だからここに、決して読まれてはいけない遺書の形でその思いを残した。いつかよい方法が見つかればいいのだが、もし僕が最期のときまでこのことをあの子に伝えられなかったときは、できれば見つけてほしくはないけれど、この文書を読んでほしい。
これは、叔父である僕が、姪である君に宛てた僕自身だ。
僕はいつだって、殺したくなんてなかった。
そしていつだって、殺してきた。
君は、君だけは、どうかそんなことにならないように。
ここで筆を置く。
Dear 昋詩
××××年××月××日 Regards, 曽木篤
* * * * *
男はファイルを幾つかあるフォルダの一つに保存してノートパソコンの電源を落とし、部屋を後にした。
少女の部屋から明かりが消え、物音がしないのを確認して胸を撫で下ろすと、その奥にある自分の寝室へと身を滑らせた。
そうして一分ほど明かりがついて、すぐに消えた。
カーテンが開かれたままの窓から、柔らかな月影が白いリビングに差し込んでいた。
壁に掛かった黒い時計がちくたく針を鳴らす。
時刻は半夜、二時二分だった。
※自分の敬愛する作家さんの流儀に則って、この後書きには本作のネタバレは含まれません。
* * *
こんにちはこんばんは。
桜雫あもる です。
いかがだったでしょうか。
設定やキャラクターを凝った割にはそれらを、特に主人公とその仲間たちを活かせていない後悔があります。

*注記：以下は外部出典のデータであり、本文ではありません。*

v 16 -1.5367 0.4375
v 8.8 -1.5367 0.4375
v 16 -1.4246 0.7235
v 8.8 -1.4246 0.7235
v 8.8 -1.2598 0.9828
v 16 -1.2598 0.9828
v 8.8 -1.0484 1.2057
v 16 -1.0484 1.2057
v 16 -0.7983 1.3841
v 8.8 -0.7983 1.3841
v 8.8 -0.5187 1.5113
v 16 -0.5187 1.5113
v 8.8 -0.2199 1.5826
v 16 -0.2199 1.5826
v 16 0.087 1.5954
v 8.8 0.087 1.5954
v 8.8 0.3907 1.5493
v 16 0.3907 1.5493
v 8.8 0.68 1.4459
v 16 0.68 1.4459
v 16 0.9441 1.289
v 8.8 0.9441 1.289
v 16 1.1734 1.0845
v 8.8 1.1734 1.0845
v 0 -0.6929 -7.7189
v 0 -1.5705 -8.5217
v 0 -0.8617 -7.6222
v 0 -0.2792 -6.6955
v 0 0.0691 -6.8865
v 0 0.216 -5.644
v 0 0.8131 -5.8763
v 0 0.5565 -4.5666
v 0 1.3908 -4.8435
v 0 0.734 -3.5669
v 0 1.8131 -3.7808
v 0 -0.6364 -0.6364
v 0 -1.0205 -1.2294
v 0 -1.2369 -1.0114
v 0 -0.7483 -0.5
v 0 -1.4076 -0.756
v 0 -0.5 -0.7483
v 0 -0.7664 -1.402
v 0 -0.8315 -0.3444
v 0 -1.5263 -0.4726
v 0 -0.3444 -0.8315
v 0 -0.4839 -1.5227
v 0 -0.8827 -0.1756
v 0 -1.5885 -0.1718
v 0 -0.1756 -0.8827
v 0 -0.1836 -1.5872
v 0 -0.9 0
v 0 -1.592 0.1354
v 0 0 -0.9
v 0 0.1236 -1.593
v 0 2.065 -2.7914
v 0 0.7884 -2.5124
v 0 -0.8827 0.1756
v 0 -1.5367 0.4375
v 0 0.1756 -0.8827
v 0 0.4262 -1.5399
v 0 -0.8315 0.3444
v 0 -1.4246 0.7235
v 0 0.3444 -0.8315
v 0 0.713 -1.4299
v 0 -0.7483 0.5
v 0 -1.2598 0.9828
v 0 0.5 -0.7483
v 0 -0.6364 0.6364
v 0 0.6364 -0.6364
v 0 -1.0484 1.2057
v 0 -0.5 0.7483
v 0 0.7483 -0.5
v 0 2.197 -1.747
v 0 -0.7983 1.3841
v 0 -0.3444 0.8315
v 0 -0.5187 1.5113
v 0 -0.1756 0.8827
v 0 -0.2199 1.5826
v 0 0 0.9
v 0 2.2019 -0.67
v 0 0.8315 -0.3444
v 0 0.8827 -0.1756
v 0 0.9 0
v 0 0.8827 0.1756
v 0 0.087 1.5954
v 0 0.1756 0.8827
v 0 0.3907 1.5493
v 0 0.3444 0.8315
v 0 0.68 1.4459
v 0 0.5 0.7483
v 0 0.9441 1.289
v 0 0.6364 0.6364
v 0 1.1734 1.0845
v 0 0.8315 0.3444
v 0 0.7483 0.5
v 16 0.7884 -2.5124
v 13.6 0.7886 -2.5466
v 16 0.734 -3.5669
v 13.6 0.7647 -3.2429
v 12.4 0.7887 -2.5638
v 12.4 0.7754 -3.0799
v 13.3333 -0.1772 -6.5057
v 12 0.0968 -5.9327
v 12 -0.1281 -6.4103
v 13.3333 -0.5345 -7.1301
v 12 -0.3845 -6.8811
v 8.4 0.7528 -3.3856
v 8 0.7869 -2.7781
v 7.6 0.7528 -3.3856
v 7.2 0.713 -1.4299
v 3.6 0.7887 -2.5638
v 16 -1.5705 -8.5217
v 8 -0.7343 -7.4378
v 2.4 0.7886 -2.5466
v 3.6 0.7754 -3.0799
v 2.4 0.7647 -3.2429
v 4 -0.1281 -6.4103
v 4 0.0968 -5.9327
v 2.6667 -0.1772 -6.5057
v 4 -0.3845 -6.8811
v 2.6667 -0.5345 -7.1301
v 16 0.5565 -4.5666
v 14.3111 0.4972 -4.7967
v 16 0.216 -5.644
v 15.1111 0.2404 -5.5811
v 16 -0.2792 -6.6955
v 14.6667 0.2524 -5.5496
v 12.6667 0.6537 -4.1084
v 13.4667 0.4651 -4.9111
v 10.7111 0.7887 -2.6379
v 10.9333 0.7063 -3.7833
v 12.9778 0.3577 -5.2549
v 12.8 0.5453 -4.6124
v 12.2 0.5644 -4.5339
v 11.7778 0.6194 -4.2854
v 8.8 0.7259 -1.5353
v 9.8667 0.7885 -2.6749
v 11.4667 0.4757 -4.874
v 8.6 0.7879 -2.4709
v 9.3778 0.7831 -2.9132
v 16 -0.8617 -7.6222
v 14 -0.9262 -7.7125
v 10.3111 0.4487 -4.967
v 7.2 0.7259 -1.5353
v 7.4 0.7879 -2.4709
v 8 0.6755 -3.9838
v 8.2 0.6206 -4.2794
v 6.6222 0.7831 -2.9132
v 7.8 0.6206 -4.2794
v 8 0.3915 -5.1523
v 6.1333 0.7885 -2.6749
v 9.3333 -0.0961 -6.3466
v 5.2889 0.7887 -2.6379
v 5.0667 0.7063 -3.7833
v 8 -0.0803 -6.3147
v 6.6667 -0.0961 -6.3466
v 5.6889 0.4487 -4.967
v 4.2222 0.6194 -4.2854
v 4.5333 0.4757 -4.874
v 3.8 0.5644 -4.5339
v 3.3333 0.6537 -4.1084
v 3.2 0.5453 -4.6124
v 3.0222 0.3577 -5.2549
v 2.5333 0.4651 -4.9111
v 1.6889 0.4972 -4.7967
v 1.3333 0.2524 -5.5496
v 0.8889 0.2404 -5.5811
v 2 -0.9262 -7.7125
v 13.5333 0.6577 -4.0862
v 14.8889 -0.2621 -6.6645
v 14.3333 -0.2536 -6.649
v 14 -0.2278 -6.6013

ネタバレは含みませんが、ここで作中に出てきたちょっぴりマニアックな用語の解説を挟もうと思います。
まず、ブッシュナイフ。
これは作中でも言及したとおり、植物の密生したジャングルなどで、進路を確保するために草や低木を薙ぎ払う(これを「藪漕ぎ」という)用途に特化した鉈状の特大型刃物です。

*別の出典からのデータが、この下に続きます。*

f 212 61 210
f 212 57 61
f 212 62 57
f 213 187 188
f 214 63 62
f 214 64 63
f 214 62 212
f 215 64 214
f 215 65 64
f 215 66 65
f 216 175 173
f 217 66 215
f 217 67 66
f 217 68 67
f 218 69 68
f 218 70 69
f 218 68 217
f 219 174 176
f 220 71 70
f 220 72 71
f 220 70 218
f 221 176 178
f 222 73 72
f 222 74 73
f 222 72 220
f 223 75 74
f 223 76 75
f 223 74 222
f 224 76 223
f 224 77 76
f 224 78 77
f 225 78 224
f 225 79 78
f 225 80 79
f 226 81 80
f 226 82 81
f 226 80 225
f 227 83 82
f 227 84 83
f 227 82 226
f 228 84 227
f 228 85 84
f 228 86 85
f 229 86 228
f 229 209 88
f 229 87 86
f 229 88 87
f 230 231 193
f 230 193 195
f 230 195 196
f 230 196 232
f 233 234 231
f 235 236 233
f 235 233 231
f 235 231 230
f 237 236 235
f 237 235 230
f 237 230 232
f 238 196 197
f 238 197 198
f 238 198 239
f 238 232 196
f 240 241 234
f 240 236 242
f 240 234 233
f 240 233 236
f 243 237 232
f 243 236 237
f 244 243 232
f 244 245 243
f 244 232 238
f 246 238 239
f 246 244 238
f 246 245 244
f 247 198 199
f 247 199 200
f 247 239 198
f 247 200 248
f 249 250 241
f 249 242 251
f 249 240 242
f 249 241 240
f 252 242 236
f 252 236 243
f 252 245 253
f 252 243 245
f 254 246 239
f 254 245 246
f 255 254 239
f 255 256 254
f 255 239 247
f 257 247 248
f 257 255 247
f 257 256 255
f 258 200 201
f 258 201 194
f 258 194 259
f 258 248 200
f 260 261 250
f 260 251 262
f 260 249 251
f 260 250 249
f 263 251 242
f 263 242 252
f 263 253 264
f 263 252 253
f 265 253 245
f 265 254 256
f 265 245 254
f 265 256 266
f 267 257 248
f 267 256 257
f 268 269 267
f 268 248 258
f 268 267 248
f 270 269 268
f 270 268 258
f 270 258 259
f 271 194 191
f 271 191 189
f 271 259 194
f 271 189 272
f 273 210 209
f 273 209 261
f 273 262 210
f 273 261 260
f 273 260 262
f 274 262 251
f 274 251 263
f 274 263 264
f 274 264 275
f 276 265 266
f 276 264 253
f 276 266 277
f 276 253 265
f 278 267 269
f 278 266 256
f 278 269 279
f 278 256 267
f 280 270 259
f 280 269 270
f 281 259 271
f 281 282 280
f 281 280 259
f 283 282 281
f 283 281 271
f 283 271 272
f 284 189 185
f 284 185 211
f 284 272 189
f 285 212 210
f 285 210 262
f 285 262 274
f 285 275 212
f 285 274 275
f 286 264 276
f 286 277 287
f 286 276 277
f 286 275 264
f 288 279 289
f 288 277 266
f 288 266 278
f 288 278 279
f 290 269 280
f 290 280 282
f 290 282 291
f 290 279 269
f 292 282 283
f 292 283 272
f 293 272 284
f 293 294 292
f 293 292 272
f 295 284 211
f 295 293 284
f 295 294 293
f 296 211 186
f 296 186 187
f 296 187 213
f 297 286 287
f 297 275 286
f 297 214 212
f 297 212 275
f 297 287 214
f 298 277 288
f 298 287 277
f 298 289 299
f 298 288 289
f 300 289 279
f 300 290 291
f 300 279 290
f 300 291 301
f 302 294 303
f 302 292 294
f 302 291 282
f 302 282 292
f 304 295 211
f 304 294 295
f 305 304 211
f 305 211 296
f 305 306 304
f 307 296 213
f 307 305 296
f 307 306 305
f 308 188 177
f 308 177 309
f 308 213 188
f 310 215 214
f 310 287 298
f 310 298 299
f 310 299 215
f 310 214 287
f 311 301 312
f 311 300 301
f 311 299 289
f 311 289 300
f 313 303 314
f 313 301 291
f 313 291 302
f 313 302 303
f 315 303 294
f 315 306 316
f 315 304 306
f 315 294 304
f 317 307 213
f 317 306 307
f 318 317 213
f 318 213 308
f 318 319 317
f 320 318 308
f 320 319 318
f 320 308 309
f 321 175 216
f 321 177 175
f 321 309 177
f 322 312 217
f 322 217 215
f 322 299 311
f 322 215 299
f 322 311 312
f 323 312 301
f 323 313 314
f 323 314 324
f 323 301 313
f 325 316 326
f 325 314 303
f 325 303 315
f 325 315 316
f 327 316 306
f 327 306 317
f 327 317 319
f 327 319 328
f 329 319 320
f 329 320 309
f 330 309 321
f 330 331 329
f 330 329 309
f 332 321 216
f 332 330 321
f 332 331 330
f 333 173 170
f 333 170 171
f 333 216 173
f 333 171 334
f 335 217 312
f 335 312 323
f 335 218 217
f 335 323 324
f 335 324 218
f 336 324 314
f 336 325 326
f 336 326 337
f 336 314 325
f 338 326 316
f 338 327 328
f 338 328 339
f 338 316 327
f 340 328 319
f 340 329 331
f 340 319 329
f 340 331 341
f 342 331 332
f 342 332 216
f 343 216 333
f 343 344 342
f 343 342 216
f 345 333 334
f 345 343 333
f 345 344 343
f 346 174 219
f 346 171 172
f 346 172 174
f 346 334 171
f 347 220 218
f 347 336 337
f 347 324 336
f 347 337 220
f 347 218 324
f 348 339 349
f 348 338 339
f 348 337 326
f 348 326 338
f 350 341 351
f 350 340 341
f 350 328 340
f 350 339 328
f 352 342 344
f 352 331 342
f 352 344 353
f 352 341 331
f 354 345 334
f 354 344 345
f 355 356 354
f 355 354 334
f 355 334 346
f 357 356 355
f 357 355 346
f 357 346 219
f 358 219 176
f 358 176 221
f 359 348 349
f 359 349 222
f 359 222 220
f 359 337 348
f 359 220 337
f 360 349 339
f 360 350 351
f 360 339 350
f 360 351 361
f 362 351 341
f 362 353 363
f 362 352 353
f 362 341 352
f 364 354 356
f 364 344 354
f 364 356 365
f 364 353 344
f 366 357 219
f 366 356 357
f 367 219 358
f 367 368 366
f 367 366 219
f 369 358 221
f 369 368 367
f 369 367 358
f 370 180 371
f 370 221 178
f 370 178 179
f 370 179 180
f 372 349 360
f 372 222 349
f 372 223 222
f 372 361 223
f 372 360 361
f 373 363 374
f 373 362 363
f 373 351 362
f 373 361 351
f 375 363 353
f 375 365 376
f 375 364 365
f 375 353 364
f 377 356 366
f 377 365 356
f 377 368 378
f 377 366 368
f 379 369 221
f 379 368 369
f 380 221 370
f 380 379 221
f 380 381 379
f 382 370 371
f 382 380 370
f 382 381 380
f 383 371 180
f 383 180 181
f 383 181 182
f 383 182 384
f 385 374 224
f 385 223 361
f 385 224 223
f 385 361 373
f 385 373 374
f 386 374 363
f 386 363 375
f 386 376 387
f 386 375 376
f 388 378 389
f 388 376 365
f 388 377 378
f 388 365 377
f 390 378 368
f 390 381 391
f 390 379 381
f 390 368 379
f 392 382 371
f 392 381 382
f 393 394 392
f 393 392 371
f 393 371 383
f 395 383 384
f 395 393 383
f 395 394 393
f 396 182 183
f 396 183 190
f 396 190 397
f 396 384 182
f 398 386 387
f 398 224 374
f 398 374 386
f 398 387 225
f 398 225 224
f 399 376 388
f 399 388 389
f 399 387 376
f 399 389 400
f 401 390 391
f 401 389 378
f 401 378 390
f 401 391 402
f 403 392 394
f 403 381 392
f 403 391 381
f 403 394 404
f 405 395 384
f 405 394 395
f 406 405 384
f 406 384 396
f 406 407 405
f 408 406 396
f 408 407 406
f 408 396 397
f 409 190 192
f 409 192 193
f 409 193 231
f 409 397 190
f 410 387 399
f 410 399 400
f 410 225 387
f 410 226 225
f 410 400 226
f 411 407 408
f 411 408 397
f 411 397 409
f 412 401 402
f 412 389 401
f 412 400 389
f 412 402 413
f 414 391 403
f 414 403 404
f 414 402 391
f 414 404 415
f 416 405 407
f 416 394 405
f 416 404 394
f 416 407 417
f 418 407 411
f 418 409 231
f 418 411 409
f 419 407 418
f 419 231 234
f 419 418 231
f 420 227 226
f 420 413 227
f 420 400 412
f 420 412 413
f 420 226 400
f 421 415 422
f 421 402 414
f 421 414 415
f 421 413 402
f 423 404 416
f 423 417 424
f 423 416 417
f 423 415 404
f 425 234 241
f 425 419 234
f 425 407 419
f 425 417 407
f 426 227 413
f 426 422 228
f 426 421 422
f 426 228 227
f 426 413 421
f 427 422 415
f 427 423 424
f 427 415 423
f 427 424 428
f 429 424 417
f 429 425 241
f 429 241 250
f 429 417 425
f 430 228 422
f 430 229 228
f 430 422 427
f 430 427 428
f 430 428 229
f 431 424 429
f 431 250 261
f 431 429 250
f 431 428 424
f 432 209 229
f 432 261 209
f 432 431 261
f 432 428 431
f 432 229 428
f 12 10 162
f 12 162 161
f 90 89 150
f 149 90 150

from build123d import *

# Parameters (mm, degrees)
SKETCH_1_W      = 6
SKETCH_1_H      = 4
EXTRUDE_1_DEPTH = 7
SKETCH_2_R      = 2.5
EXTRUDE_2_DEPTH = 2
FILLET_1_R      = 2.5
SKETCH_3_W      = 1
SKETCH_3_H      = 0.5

サバイバルに用いる万能ナイフのような汎用性はなく、その大きさ故に操作法も限られていて用途は概ね限定的ですが、獲物を捕らえたり、解体するのにも使えるようです。
先端部に向かって幅広く、重くなっていく形状のおかげで、勢いをつけた緩やかで大きな動作により、たいして腕力を使わずに重さと慣性(物体がその運動を保とうとするはたらき)で先端部が速さを増し、効果的に対象を切断することができる──という代物です。
大柄なため振り下ろすことに向いており、また単純な構造と壊れにくい頑健な作りなのがメリットです。

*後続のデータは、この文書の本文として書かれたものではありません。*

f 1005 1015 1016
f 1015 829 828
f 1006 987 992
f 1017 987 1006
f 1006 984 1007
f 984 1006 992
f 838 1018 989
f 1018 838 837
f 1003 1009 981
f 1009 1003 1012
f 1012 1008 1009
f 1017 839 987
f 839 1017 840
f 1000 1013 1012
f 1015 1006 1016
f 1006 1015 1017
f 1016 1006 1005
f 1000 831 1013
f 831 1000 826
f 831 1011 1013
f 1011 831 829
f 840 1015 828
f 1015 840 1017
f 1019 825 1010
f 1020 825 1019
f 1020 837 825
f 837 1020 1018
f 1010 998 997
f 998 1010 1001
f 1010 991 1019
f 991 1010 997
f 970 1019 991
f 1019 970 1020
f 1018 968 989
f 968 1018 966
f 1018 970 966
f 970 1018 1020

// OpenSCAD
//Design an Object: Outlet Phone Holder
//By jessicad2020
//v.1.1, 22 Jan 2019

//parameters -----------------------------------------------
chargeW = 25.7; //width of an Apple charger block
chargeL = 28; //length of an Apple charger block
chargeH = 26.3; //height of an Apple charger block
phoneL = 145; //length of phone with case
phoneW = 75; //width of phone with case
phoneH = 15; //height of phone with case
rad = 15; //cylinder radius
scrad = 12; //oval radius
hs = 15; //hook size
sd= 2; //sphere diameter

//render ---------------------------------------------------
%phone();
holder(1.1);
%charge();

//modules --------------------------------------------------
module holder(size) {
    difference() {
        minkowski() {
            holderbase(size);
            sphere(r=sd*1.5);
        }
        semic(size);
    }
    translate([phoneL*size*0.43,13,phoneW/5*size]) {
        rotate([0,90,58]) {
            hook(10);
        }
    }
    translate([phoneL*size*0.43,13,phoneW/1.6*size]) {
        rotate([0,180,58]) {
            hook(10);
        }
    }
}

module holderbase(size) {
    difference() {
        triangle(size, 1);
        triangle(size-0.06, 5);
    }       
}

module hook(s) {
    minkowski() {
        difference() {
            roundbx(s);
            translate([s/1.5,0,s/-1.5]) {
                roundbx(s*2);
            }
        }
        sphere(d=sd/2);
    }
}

白兵戦(至近距離での戦闘)にも用いられるそうですが、このナイフの難点は〝大きすぎること〟です。携帯には不便で、手先の細かな調整が効きません。作中で主人公がブッシュナイフを選んだ理由をぼかしてしまいましたが、詳しく描写することができる機会があればそのときに語らせていただきます。
次に、グロック17という自動式拳銃について。
作中の「プラスチックを多用した自動式拳銃」というのがこれです。
普通は安くて硬く、加工しやすい鉄合金を使うところを、なぜプラスチックにするのか。それは、生産性の向上、軽量化、そしてなんと、寒冷地で使用する際に冷えた皮膚に金属が張り付いてしまう事故を防ぐためだそうです。
これには驚きました。
プラスチックを多用していることから、「空港の荷物検査に引っかからない」というデマも広まったそうですが、今は完全に対策がされています。なお、プラスチックが使われているのは安全上問題のない部位だけだそうです。
(wiki大先生ほかより)
前書きや後書きで、何度も「設定を作り込んだ」と書いていますが事実その通りで、単発だったはずのこの物語の続編を思いついてしまいました。創業千年を超えるとある日本企業の社長の遺した言葉ではありませんが、アイデアに蓋をしないのが、自分の長所であり短所だと思っています、余談ですが。
なので、まだ目処は立っていませんが、これとは別に似た形式の短編を一作と、そして連載を一作、というふうに考えています。
実生活がなんだか背水の陣チックな事情のためいつ実現するかはわかりませんが、生温かい目で見守ってくだされば幸いです。
ご一読ありがとうございました。